The whole "but they didn't VOTE in the last election" trope about the people of Ferguson, MO, is really starting to piss me off.

There is nothing wrong with suggesting that people vote.
The problem is the follow-up to this trope, which goes something like this:

Oh, well, it's all their fault anyway because they didn't vote in the last election....f**k these people, they are getting what they deserve
The White Privilege reaction, if you will, becomes crystal clear, as the entire trauma is reduced to little more than a pedantic lecture on "civic duty". Whereupon some simply walk away and forget about the humanity of an entire city that is being brutalized by armed thugs. I have seen this reaction over and over and over again, whether it's actually put that way or not, but that's what's happening, IMO. And it is wrong and it in no way helps anyone.
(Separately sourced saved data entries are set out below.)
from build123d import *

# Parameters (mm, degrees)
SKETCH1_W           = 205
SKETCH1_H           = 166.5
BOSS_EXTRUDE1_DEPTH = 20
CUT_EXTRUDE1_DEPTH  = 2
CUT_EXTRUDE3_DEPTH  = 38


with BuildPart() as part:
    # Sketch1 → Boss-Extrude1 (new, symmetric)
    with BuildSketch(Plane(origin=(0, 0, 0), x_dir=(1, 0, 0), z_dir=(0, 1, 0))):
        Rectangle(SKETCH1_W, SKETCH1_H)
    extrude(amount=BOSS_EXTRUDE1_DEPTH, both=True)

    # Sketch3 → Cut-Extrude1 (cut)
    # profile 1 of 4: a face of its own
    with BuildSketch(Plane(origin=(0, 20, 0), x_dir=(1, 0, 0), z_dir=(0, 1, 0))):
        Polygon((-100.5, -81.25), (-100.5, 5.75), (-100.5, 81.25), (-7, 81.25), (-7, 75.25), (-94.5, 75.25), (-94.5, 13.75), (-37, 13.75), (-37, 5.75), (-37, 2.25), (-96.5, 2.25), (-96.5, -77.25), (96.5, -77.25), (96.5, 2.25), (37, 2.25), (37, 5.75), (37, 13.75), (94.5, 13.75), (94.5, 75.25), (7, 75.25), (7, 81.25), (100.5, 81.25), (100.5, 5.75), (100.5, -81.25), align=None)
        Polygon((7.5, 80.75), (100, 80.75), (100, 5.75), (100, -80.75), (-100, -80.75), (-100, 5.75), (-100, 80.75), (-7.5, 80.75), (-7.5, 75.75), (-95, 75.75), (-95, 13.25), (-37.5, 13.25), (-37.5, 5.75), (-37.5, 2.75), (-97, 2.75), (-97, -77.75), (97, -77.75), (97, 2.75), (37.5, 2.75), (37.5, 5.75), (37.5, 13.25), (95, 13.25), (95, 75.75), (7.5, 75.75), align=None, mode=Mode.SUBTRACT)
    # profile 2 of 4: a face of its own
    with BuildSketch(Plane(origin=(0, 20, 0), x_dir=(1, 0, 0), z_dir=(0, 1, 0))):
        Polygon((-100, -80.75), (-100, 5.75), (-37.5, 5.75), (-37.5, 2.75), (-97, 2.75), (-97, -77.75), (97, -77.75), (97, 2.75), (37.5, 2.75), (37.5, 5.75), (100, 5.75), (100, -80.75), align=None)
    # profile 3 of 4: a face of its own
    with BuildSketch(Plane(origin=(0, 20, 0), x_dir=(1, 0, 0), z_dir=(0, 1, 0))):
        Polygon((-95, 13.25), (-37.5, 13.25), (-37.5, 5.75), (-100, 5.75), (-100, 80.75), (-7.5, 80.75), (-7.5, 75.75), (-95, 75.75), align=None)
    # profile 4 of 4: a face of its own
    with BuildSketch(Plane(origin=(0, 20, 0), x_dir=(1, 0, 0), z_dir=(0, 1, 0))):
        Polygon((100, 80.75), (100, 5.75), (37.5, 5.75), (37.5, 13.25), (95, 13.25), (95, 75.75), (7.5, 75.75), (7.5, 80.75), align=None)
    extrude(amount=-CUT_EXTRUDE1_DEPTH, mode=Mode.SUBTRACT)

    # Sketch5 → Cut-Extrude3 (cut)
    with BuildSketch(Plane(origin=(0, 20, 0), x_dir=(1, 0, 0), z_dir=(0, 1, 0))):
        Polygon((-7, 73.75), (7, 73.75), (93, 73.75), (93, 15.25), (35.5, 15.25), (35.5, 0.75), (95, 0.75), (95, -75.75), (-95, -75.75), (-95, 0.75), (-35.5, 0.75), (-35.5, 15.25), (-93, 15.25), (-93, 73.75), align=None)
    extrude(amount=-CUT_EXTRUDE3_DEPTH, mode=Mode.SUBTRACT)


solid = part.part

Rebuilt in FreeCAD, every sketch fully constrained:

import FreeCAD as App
import Part
import Sketcher


def add_polygon(sketch, points):
    """Adds a closed chain of lines whose ends are joined by coincident constraints."""
    first, n = sketch.GeometryCount, len(points)
    for a, b in zip(points, points[1:] + points[:1]):
        sketch.addGeometry(Part.LineSegment(App.Vector(*a, 0), App.Vector(*b, 0)), False)
    for i in range(n):
        sketch.addConstraint(Sketcher.Constraint("Coincident", first + i, 2, first + (i + 1) % n, 1))

doc = App.newDocument("Part")
body = doc.addObject("PartDesign::Body", "Body")

# Sketch on XZ plane
sketch1 = body.newObject("Sketcher::SketchObject", "Sketch")
sketch1.AttachmentSupport = (doc.getObject("XZ_Plane"), [""])
sketch1.MapMode = "FlatFace"
add_polygon(sketch1, [(-102, -83), (-102, 83), (102, 83), (102, -83)])  # lines 0-3
sketch1.addConstraint([
    Sketcher.Constraint("Vertical", 0),
    Sketcher.Constraint("Horizontal", 1),
    Sketcher.Constraint("Vertical", 2),
    Sketcher.Constraint("Horizontal", 3),
    Sketcher.Constraint("Symmetric", 0, 2, 2, 2, -1, 1),
    Sketcher.Constraint("DistanceX", 1, 1, 1, 2, 205.0),
    Sketcher.Constraint("DistanceY", 0, 1, 0, 2, 166.5),
])
pad1 = body.newObject("PartDesign::Pad", "Pad")
pad1.Profile = sketch1
pad1.Length = 40
pad1.Midplane = True

# Sketch on XZ plane
sketch2 = body.newObject("Sketcher::SketchObject", "Sketch001")
sketch2.AttachmentSupport = (doc.getObject("XZ_Plane"), [""])
sketch2.MapMode = "FlatFace"
sketch2.AttachmentOffset = App.Placement(App.Vector(0, 0, -20), App.Rotation())
add_polygon(sketch2, [(-100, -81), (-100, 81), (100, 81), (100, -81), (7, -81), (7, -75), (94, -75), (94, -14), (37, -14), (37, -2), (96, -2), (96, 77), (-96, 77), (-96, -2), (-37, -2), (-37, -14), (-94, -14), (-94, -75), (-7, -75), (-7, -81)])  # lines 0-19
sketch2.addConstraint([
    Sketcher.Constraint("Vertical", 0),
    Sketcher.Constraint("Horizontal", 1),
    Sketcher.Constraint("Vertical", 2),
    Sketcher.Constraint("Horizontal", 3),
    Sketcher.Constraint("Vertical", 4),
    Sketcher.Constraint("Horizontal", 5),
    Sketcher.Constraint("Vertical", 6),
    Sketcher.Constraint("Horizontal", 7),
    Sketcher.Constraint("Vertical", 8),
    Sketcher.Constraint("Horizontal", 9),
    Sketcher.Constraint("Vertical", 10),
    Sketcher.Constraint("Horizontal", 11),
    Sketcher.Constraint("Vertical", 12),
    Sketcher.Constraint("Horizontal", 13),
    Sketcher.Constraint("Vertical", 14),
    Sketcher.Constraint("Horizontal", 15),
    Sketcher.Constraint("Vertical", 16),
    Sketcher.Constraint("Horizontal", 17),
    Sketcher.Constraint("Vertical", 18),
    Sketcher.Constraint("Horizontal", 19),
    Sketcher.Constraint("Symmetric", 0, 2, 2, 2, -1, 1),
    Sketcher.Constraint("Symmetric", 9, 2, 12, 2, -2),
    Sketcher.Constraint("Symmetric", 7, 2, 14, 2, -2),
    Sketcher.Constraint("Symmetric", 5, 2, 16, 2, -2),
    Sketcher.Constraint("Symmetric", 3, 2, 18, 2, -2),
    Sketcher.Constraint("DistanceX", 1, 1, 1, 2, 201.0),
    Sketcher.Constraint("DistanceX", 11, 2, 11, 1, 193.0),
    Sketcher.Constraint("DistanceY", 4, 1, 4, 2, 6.0),
    Sketcher.Constraint("DistanceX", 3, 2, 3, 1, 93.5),
    Sketcher.Constraint("DistanceX", 5, 1, 5, 2, 87.5),
    Sketcher.Constraint("DistanceX", 7, 2, 7, 1, 57.5),
    Sketcher.Constraint("DistanceY", 0, 1, 0, 2, 162.5),
    Sketcher.Constraint("DistanceY", 6, 1, 6, 2, 61.5),
    Sketcher.Constraint("DistanceY", 8, 1, 8, 2, 11.5),
    Sketcher.Constraint("DistanceY", 10, 1, 10, 2, 79.5),
])
pocket1 = body.newObject("PartDesign::Pocket", "Pocket")
pocket1.Profile = sketch2
pocket1.Length = 2
pocket1.Reversed = True

# Sketch on XZ plane
sketch3 = body.newObject("Sketcher::SketchObject", "Sketch002")
sketch3.AttachmentSupport = (doc.getObject("XZ_Plane"), [""])
sketch3.MapMode = "FlatFace"
sketch3.AttachmentOffset = App.Placement(App.Vector(0, 0, -20), App.Rotation())
add_polygon(sketch3, [(93, -74), (-93, -74), (-93, -15), (-36, -15), (-36, -1), (-95, -1), (-95, 76), (95, 76), (95, -1), (36, -1), (36, -15), (93, -15)])  # lines 0-11
sketch3.addConstraint([
    Sketcher.Constraint("Horizontal", 0),
    Sketcher.Constraint("Vertical", 1),
    Sketcher.Constraint("Horizontal", 2),
    Sketcher.Constraint("Vertical", 3),
    Sketcher.Constraint("Horizontal", 4),
    Sketcher.Constraint("Vertical", 5),
    Sketcher.Constraint("Horizontal", 6),
    Sketcher.Constraint("Vertical", 7),
    Sketcher.Constraint("Horizontal", 8),
    Sketcher.Constraint("Vertical", 9),
    Sketcher.Constraint("Horizontal", 10),
    Sketcher.Constraint("Vertical", 11),
    Sketcher.Constraint("Symmetric", 4, 2, 7, 2, -2),
    Sketcher.Constraint("Symmetric", 2, 2, 9, 2, -2),
    Sketcher.Constraint("Equal", 2, 10),
    Sketcher.Constraint("DistanceX", 0, 2, 0, 1, 186.0),
    Sketcher.Constraint("DistanceX", 6, 1, 6, 2, 190.0),
    Sketcher.Constraint("DistanceX", 2, 1, 2, 2, 57.5),
    Sketcher.Constraint("DistanceY", 1, 1, 1, 2, 58.5),
    Sketcher.Constraint("DistanceY", 3, 1, 3, 2, 14.5),
    Sketcher.Constraint("DistanceY", 5, 1, 5, 2, 76.5),
    Sketcher.Constraint("DistanceY", 0, 2, -1, 1, 73.75),
])
pocket2 = body.newObject("PartDesign::Pocket", "Pocket001")
pocket2.Profile = sketch3
pocket2.Length = 38
pocket2.Reversed = True

doc.recompute()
Let me repeat--I am not upset at the suggestion that the residents of Ferguson must be more civic-minded and get to the voting booth. But that ignores two current realities:

1) Voter suppression and shenanigans, which are well-documented in precincts large and small, all across this country

2) The police are still armed thugs, armed to the teeth by the United States Department of Defense

 photo cdn-medianationaljournalcom_zps045597ad.jpg

I heartily cheer Walt Starr's diary on how the people of Ferguson could fix this "in six months". They can. The diary was pitch-perfect and provided a boatload of great information and facts about the structure of their government. But voting is not the only answer for the people of Ferguson, MO. And it is damned sure not going to bring Michael Brown back from the dead.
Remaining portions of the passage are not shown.